(WHAT TO WORK ON)
Copy exactly the lines from the start of the data below through the one that carries "v -144.154 0 -28.092", and only those.

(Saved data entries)
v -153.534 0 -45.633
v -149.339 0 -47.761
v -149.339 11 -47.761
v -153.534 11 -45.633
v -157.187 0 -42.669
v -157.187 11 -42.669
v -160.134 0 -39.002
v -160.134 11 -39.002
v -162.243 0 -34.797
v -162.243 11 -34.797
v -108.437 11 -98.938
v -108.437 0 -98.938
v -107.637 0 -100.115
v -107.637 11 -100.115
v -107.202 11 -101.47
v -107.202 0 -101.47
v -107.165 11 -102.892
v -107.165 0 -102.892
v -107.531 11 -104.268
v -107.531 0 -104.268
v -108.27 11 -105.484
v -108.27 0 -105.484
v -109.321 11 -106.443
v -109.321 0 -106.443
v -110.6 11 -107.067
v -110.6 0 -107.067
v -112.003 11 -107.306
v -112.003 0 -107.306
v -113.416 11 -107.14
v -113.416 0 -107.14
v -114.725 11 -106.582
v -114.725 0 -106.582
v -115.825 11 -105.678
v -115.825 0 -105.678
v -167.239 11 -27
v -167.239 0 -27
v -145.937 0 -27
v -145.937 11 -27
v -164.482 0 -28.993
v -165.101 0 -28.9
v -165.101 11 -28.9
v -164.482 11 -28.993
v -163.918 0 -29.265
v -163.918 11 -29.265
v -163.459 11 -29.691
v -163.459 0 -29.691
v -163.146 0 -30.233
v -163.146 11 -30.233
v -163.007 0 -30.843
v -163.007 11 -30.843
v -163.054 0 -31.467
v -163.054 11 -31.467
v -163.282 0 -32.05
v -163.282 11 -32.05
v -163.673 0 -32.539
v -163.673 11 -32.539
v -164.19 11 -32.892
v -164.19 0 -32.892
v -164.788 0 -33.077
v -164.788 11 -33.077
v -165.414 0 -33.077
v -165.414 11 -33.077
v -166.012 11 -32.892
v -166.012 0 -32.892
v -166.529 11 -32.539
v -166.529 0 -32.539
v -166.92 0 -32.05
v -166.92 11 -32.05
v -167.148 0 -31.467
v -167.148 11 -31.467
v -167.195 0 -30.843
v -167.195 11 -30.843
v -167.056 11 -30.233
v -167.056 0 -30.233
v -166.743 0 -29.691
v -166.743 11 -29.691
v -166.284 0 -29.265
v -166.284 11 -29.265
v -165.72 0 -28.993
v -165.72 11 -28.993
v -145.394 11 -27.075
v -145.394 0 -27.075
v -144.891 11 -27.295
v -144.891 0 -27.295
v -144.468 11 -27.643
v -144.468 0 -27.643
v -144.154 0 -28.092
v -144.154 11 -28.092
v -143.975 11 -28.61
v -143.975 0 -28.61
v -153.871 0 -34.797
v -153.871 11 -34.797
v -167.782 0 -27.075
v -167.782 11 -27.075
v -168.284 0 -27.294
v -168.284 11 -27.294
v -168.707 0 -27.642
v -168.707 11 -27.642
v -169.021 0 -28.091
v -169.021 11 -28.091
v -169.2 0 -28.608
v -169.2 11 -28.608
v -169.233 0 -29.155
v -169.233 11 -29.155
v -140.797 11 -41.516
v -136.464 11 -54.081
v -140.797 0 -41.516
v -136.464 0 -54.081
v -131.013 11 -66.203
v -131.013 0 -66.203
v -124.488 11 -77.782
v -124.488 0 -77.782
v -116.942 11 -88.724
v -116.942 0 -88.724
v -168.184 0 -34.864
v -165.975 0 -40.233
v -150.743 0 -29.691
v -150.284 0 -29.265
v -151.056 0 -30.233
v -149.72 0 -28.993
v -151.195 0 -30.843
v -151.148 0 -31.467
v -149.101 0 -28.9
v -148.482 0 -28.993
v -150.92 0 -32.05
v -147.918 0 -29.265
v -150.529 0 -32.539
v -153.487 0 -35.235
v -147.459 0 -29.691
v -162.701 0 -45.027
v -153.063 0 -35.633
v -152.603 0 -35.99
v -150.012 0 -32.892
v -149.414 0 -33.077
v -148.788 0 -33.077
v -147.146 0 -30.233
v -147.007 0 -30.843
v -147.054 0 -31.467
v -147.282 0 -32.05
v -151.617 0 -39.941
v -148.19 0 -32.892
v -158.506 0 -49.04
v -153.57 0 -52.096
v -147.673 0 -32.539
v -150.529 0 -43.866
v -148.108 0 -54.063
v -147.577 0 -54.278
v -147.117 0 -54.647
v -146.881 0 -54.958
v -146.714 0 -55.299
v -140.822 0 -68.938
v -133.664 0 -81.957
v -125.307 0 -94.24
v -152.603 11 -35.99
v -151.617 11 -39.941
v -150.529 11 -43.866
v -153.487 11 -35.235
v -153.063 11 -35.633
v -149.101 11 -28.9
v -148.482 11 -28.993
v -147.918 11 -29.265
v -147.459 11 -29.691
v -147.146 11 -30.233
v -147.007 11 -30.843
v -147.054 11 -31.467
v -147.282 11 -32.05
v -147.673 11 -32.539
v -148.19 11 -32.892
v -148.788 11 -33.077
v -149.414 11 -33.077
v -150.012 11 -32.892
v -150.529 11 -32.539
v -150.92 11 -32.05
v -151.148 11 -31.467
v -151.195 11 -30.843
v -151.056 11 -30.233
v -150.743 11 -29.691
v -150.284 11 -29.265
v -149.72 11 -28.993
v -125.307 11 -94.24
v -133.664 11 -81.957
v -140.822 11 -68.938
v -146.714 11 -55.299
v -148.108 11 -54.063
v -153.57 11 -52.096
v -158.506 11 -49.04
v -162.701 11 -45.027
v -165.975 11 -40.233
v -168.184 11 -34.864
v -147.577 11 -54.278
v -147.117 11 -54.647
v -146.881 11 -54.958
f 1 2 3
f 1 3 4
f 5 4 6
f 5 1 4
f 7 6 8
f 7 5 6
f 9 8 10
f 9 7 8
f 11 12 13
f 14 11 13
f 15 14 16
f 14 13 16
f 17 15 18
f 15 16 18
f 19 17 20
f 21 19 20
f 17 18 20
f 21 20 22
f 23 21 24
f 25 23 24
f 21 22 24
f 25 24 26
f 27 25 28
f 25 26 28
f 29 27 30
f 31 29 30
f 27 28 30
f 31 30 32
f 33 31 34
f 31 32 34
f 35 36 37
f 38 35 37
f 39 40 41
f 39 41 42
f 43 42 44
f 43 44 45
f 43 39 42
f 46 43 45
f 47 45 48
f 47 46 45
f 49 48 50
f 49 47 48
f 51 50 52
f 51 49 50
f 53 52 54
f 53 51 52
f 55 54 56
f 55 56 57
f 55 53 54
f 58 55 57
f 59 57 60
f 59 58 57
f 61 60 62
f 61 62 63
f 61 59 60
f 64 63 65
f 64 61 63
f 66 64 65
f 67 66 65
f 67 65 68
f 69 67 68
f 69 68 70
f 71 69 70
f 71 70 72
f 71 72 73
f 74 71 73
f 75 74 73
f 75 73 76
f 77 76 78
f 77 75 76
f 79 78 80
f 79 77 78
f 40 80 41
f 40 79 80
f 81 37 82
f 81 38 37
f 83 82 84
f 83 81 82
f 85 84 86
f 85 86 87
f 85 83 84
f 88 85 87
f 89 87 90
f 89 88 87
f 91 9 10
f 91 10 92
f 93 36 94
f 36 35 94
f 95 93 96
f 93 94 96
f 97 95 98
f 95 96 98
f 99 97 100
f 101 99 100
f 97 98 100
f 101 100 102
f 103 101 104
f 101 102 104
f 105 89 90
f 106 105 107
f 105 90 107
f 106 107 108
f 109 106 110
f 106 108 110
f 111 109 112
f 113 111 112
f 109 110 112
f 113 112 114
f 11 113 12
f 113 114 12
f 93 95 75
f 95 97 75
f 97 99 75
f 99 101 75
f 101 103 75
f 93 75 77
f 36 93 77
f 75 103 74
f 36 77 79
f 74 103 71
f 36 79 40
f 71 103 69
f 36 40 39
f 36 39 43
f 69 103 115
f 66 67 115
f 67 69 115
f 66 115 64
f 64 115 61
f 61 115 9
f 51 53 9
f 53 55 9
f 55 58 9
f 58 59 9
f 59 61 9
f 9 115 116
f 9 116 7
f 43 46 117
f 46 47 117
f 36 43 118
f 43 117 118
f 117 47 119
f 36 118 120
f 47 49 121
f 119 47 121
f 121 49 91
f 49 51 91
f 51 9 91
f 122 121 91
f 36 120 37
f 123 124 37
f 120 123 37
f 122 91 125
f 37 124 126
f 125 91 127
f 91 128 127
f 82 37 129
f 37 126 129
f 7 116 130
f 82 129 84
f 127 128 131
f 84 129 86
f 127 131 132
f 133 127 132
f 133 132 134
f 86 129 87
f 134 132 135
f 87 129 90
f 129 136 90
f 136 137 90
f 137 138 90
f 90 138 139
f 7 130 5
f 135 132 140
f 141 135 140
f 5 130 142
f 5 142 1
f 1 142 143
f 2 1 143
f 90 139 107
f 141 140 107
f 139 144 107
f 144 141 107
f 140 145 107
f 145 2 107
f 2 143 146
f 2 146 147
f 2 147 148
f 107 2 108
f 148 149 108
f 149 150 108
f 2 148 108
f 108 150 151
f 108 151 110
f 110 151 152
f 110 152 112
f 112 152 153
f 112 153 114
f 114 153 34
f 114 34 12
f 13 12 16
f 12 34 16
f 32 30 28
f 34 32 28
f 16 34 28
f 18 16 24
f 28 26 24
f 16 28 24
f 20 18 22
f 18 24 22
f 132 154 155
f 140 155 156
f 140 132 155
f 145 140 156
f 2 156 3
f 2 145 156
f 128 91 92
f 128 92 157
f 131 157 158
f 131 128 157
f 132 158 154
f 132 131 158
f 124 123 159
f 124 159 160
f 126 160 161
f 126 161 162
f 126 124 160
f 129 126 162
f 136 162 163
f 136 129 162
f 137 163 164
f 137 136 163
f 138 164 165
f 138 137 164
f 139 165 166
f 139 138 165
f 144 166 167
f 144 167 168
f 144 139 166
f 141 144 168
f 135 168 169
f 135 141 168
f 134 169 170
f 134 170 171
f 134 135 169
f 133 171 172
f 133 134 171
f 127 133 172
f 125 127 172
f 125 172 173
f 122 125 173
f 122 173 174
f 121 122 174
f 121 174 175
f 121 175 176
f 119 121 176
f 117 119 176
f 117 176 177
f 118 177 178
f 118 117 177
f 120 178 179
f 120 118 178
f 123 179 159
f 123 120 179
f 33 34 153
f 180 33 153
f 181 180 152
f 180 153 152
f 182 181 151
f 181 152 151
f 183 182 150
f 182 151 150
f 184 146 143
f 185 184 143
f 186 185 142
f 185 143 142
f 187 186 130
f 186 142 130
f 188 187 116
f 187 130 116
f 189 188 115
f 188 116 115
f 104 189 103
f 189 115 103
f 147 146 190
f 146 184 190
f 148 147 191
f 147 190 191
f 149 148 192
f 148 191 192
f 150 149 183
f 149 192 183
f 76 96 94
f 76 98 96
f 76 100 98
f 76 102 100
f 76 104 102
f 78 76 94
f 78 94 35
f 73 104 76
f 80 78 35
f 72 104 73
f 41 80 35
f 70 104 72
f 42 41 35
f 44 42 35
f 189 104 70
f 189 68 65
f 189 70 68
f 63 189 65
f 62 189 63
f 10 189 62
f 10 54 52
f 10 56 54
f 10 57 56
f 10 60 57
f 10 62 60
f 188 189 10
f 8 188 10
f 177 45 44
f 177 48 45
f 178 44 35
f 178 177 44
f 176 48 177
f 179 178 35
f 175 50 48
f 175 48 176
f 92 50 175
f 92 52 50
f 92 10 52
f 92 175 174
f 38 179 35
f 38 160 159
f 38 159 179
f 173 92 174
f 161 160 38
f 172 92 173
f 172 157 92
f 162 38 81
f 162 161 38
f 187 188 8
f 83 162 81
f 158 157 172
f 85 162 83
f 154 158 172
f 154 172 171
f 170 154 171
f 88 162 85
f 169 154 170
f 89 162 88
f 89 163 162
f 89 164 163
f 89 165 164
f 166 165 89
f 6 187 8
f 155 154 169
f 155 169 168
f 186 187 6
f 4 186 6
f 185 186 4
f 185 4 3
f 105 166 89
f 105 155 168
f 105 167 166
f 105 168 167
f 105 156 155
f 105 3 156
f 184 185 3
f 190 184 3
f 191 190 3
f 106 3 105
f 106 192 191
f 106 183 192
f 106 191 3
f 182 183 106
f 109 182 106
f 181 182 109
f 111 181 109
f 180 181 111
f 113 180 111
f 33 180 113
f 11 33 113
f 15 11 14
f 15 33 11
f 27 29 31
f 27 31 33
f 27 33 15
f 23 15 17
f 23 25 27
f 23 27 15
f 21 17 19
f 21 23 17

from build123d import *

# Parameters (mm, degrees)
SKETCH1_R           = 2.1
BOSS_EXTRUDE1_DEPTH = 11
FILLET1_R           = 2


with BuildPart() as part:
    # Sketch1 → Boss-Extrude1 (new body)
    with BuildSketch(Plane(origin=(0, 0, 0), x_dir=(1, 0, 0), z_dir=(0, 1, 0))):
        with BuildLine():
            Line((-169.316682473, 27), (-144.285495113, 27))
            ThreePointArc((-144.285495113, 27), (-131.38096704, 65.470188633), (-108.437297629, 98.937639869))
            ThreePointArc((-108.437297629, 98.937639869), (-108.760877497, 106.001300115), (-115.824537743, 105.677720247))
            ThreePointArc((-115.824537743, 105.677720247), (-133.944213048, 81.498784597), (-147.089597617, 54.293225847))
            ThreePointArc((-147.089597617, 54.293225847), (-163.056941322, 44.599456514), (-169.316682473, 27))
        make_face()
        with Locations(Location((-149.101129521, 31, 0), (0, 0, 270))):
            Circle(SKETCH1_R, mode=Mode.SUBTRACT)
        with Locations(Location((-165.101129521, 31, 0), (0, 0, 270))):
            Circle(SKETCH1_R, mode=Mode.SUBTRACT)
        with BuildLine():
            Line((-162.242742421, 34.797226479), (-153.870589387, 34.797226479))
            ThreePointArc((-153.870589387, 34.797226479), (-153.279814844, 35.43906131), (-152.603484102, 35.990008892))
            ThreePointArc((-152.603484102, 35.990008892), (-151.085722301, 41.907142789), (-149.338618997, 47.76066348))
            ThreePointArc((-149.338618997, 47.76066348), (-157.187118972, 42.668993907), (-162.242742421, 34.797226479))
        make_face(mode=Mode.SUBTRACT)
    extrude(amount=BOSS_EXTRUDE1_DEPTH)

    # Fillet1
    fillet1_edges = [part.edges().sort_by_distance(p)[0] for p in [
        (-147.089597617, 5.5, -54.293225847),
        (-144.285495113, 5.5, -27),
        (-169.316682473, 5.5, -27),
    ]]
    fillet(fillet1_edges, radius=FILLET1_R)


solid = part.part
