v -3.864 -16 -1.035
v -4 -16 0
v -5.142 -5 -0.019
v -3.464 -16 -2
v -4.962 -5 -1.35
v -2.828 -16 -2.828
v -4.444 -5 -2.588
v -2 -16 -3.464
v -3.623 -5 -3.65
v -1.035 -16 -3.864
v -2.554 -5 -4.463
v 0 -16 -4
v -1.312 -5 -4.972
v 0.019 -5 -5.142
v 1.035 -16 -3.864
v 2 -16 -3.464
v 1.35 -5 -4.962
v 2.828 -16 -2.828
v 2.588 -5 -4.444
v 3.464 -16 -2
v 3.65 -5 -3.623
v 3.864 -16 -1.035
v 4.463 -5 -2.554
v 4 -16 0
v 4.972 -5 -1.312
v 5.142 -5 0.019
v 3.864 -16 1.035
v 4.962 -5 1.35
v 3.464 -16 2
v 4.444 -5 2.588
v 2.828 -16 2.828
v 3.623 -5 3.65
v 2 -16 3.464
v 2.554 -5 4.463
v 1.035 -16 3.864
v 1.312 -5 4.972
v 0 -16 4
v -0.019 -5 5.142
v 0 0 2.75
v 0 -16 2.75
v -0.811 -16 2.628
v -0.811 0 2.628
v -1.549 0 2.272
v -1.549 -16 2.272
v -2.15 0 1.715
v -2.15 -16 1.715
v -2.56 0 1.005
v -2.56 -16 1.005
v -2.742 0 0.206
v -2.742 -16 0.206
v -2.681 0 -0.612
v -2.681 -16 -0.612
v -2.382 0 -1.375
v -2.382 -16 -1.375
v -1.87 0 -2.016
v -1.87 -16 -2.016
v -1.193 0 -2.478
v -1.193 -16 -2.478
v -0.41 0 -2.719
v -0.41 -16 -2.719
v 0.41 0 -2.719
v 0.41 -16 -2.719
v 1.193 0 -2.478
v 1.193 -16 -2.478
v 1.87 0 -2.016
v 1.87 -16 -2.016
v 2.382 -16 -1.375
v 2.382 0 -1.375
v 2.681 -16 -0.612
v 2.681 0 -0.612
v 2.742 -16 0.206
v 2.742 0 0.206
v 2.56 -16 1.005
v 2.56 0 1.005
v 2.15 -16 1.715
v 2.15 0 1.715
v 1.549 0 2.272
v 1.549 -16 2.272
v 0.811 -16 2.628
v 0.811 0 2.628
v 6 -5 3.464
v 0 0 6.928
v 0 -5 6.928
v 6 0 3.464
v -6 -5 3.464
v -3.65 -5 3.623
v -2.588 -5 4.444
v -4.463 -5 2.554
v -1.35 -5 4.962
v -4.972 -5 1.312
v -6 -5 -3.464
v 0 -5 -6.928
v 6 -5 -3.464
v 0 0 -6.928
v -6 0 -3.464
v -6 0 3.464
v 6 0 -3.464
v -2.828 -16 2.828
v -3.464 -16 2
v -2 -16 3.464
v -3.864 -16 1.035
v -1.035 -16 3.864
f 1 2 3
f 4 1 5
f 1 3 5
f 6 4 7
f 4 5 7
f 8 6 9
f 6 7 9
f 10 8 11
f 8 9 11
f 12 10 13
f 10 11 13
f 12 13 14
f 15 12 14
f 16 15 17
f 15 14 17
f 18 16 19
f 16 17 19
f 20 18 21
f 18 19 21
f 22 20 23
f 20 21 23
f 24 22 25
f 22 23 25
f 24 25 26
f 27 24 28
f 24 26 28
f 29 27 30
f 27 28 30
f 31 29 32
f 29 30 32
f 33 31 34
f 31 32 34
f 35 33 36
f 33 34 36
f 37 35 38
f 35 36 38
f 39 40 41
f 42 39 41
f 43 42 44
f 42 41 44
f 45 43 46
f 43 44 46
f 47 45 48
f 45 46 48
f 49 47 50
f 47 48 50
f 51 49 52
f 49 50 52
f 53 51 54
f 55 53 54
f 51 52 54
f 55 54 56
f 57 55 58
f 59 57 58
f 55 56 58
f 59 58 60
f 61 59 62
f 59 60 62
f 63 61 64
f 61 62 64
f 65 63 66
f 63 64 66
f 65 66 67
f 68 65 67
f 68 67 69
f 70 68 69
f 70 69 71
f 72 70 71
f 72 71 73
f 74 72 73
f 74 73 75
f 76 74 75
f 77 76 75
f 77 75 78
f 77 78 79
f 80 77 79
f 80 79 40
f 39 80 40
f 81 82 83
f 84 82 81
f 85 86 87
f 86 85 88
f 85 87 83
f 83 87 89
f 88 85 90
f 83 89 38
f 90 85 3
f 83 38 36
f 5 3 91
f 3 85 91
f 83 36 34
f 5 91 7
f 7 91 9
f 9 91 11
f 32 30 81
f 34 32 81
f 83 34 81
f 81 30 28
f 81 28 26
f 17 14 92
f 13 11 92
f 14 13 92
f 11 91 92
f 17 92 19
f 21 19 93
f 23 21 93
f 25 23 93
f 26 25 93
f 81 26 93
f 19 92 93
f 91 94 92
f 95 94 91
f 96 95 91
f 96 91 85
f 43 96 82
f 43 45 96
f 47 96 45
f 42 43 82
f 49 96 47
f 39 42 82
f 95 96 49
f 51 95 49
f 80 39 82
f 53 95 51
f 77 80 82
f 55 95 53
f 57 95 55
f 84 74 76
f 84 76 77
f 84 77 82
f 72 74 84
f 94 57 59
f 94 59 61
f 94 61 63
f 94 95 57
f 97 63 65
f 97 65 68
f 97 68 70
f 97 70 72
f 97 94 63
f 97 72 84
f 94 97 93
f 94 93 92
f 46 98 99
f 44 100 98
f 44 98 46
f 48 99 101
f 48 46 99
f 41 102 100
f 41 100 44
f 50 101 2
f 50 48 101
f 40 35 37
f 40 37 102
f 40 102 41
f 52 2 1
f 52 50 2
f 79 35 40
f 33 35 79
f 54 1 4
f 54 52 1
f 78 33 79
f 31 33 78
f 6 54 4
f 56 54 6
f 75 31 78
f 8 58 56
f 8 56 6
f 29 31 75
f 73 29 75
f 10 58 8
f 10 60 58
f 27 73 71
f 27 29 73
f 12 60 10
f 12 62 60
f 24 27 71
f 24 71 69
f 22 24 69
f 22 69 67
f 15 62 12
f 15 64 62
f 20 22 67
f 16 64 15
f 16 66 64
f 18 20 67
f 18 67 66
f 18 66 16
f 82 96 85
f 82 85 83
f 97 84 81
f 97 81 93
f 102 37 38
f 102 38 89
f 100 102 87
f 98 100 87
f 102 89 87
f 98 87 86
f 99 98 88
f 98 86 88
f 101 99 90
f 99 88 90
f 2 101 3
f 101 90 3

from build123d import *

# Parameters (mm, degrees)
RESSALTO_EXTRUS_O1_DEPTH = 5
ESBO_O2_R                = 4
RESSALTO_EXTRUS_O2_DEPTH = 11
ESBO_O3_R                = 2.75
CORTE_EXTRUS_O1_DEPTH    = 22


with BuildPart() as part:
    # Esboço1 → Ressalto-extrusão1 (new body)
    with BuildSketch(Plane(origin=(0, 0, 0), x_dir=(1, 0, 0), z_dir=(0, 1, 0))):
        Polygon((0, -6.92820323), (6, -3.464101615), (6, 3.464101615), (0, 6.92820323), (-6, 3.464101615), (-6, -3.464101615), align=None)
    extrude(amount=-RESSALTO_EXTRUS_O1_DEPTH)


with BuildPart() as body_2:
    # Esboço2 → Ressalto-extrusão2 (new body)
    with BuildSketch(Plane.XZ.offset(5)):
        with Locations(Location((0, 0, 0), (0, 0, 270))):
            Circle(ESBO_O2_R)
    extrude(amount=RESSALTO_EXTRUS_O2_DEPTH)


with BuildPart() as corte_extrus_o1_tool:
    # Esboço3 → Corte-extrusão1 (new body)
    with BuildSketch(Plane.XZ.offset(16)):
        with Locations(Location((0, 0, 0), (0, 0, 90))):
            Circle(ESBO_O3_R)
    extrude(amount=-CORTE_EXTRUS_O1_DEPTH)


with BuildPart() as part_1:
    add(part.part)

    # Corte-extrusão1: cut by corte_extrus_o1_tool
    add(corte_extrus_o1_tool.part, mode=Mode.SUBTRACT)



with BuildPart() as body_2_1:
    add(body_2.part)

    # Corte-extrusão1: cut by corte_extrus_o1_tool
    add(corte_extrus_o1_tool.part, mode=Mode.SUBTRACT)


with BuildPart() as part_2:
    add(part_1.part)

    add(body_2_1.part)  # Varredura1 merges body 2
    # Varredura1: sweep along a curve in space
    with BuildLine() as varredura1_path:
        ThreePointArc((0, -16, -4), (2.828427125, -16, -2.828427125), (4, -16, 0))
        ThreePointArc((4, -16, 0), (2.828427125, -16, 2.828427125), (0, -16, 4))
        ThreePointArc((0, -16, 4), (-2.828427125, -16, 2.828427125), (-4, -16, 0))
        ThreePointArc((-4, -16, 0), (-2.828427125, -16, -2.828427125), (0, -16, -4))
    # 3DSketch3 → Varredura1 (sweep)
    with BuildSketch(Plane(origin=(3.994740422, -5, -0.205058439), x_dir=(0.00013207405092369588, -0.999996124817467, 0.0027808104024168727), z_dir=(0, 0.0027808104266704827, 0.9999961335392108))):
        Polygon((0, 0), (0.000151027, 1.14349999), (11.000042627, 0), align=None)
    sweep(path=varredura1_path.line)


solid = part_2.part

(RESPONSE TO THE TASK)
v -153.534 0 -45.633
v -149.339 0 -47.761
v -149.339 11 -47.761
v -153.534 11 -45.633
v -157.187 0 -42.669
v -157.187 11 -42.669
v -160.134 0 -39.002
v -160.134 11 -39.002
v -162.243 0 -34.797
v -162.243 11 -34.797
v -108.437 11 -98.938
v -108.437 0 -98.938
v -107.637 0 -100.115
v -107.637 11 -100.115
v -107.202 11 -101.47
v -107.202 0 -101.47
v -107.165 11 -102.892
v -107.165 0 -102.892
v -107.531 11 -104.268
v -107.531 0 -104.268
v -108.27 11 -105.484
v -108.27 0 -105.484
v -109.321 11 -106.443
v -109.321 0 -106.443
v -110.6 11 -107.067
v -110.6 0 -107.067
v -112.003 11 -107.306
v -112.003 0 -107.306
v -113.416 11 -107.14
v -113.416 0 -107.14
v -114.725 11 -106.582
v -114.725 0 -106.582
v -115.825 11 -105.678
v -115.825 0 -105.678
v -167.239 11 -27
v -167.239 0 -27
v -145.937 0 -27
v -145.937 11 -27
v -164.482 0 -28.993
v -165.101 0 -28.9
v -165.101 11 -28.9
v -164.482 11 -28.993
v -163.918 0 -29.265
v -163.918 11 -29.265
v -163.459 11 -29.691
v -163.459 0 -29.691
v -163.146 0 -30.233
v -163.146 11 -30.233
v -163.007 0 -30.843
v -163.007 11 -30.843
v -163.054 0 -31.467
v -163.054 11 -31.467
v -163.282 0 -32.05
v -163.282 11 -32.05
v -163.673 0 -32.539
v -163.673 11 -32.539
v -164.19 11 -32.892
v -164.19 0 -32.892
v -164.788 0 -33.077
v -164.788 11 -33.077
v -165.414 0 -33.077
v -165.414 11 -33.077
v -166.012 11 -32.892
v -166.012 0 -32.892
v -166.529 11 -32.539
v -166.529 0 -32.539
v -166.92 0 -32.05
v -166.92 11 -32.05
v -167.148 0 -31.467
v -167.148 11 -31.467
v -167.195 0 -30.843
v -167.195 11 -30.843
v -167.056 11 -30.233
v -167.056 0 -30.233
v -166.743 0 -29.691
v -166.743 11 -29.691
v -166.284 0 -29.265
v -166.284 11 -29.265
v -165.72 0 -28.993
v -165.72 11 -28.993
v -145.394 11 -27.075
v -145.394 0 -27.075
v -144.891 11 -27.295
v -144.891 0 -27.295
v -144.468 11 -27.643
v -144.468 0 -27.643
v -144.154 0 -28.092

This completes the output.